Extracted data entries
========

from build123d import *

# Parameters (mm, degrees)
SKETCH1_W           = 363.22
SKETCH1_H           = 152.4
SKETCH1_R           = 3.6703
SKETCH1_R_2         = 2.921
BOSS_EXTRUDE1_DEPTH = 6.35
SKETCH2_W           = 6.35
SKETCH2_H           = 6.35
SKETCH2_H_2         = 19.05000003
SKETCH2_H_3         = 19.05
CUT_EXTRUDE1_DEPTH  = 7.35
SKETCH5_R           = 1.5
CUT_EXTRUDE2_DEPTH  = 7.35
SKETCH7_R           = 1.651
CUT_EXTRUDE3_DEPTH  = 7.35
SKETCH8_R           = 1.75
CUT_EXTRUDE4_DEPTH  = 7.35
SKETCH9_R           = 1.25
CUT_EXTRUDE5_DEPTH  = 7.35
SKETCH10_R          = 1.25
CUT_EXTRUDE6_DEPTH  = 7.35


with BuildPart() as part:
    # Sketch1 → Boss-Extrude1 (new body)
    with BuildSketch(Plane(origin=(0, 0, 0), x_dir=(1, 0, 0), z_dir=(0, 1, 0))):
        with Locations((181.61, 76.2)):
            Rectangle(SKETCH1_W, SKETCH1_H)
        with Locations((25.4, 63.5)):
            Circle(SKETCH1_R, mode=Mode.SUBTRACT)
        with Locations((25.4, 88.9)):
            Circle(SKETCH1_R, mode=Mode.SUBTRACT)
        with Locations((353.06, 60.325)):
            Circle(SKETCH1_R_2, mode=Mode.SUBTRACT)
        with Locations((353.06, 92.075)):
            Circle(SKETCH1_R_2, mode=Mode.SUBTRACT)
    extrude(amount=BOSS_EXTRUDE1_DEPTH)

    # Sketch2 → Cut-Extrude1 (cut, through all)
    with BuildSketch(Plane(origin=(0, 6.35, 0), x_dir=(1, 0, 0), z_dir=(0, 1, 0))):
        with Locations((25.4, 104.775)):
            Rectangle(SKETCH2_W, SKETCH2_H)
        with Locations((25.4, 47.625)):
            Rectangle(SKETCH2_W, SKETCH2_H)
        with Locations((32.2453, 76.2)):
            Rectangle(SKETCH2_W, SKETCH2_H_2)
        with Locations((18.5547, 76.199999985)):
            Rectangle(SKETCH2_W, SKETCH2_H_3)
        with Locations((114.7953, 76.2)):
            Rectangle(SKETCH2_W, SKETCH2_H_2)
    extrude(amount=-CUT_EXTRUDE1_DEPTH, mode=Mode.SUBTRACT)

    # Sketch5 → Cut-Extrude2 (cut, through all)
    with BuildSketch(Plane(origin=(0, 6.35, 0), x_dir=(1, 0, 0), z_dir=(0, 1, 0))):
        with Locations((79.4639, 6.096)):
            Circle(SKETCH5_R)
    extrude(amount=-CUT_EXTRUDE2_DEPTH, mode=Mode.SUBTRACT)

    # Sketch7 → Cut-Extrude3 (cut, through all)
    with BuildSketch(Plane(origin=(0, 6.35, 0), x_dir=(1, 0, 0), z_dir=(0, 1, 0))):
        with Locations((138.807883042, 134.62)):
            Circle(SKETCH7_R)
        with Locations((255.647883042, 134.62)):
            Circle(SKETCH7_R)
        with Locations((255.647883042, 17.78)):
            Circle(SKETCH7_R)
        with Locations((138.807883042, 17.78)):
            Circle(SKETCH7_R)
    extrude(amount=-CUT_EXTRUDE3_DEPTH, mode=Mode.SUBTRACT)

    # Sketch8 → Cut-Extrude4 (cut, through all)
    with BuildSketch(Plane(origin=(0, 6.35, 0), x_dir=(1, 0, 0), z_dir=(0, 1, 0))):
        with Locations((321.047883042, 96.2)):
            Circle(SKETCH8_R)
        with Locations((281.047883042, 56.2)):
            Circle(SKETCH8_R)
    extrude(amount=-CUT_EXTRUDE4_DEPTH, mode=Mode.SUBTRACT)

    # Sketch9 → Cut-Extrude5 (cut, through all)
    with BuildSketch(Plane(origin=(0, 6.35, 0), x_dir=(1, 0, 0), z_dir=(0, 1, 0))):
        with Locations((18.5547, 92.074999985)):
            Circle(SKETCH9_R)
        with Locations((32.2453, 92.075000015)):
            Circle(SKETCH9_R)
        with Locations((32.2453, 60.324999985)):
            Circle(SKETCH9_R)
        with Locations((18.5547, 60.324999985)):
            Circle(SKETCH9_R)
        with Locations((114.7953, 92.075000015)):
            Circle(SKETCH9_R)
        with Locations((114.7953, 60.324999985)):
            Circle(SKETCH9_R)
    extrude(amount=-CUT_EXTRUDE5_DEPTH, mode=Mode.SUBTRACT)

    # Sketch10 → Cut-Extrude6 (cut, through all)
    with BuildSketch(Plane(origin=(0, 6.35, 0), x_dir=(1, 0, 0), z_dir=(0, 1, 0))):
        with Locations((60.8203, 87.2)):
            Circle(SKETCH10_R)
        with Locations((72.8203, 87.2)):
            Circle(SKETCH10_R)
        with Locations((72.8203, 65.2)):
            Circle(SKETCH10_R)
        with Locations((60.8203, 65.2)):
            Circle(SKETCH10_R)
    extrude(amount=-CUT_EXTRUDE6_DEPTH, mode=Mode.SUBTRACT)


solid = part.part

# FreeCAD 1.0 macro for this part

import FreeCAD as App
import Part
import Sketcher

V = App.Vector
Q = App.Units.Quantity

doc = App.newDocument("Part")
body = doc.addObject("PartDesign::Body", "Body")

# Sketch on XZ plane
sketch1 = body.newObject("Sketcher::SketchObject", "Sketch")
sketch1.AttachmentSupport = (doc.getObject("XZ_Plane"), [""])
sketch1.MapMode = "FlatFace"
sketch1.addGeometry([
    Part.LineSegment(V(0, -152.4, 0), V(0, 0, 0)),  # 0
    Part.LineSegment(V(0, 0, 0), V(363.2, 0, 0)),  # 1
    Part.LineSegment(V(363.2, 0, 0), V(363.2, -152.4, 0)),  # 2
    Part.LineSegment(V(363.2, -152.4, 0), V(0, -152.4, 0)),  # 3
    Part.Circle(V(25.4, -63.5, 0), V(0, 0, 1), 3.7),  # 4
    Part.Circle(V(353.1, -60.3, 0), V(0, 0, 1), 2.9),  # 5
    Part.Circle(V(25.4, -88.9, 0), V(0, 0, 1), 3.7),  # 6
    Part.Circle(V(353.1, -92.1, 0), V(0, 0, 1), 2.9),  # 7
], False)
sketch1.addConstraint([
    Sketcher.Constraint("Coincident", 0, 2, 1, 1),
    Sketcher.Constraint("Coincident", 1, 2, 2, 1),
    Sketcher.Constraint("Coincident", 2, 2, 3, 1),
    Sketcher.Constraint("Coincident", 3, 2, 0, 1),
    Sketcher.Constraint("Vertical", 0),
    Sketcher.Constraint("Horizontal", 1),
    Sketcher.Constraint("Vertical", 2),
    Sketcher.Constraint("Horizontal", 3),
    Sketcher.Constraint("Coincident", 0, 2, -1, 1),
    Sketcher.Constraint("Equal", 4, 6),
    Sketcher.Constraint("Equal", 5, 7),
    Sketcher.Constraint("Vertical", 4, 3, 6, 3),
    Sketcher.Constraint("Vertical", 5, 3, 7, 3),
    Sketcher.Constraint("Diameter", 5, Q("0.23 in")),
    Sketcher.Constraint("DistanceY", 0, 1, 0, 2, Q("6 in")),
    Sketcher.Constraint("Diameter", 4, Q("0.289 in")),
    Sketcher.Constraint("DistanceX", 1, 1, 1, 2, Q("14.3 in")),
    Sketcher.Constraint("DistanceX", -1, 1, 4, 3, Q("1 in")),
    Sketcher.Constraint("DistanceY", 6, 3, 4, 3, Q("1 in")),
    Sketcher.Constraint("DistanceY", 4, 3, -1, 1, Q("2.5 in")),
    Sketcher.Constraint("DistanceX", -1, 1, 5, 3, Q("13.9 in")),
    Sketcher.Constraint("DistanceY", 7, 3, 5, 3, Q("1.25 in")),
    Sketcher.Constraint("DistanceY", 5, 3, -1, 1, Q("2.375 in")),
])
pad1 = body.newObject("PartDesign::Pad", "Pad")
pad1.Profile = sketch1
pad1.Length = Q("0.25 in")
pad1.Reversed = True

========

- _What needs to be done_
Wherever the word "through" turns up in the records above, copy the line that holds it.

- _Answer to this problem_
    # Sketch2 → Cut-Extrude1 (cut, through all)
    # Sketch5 → Cut-Extrude2 (cut, through all)
    # Sketch7 → Cut-Extrude3 (cut, through all)
    # Sketch8 → Cut-Extrude4 (cut, through all)
    # Sketch9 → Cut-Extrude5 (cut, through all)
    # Sketch10 → Cut-Extrude6 (cut, through all)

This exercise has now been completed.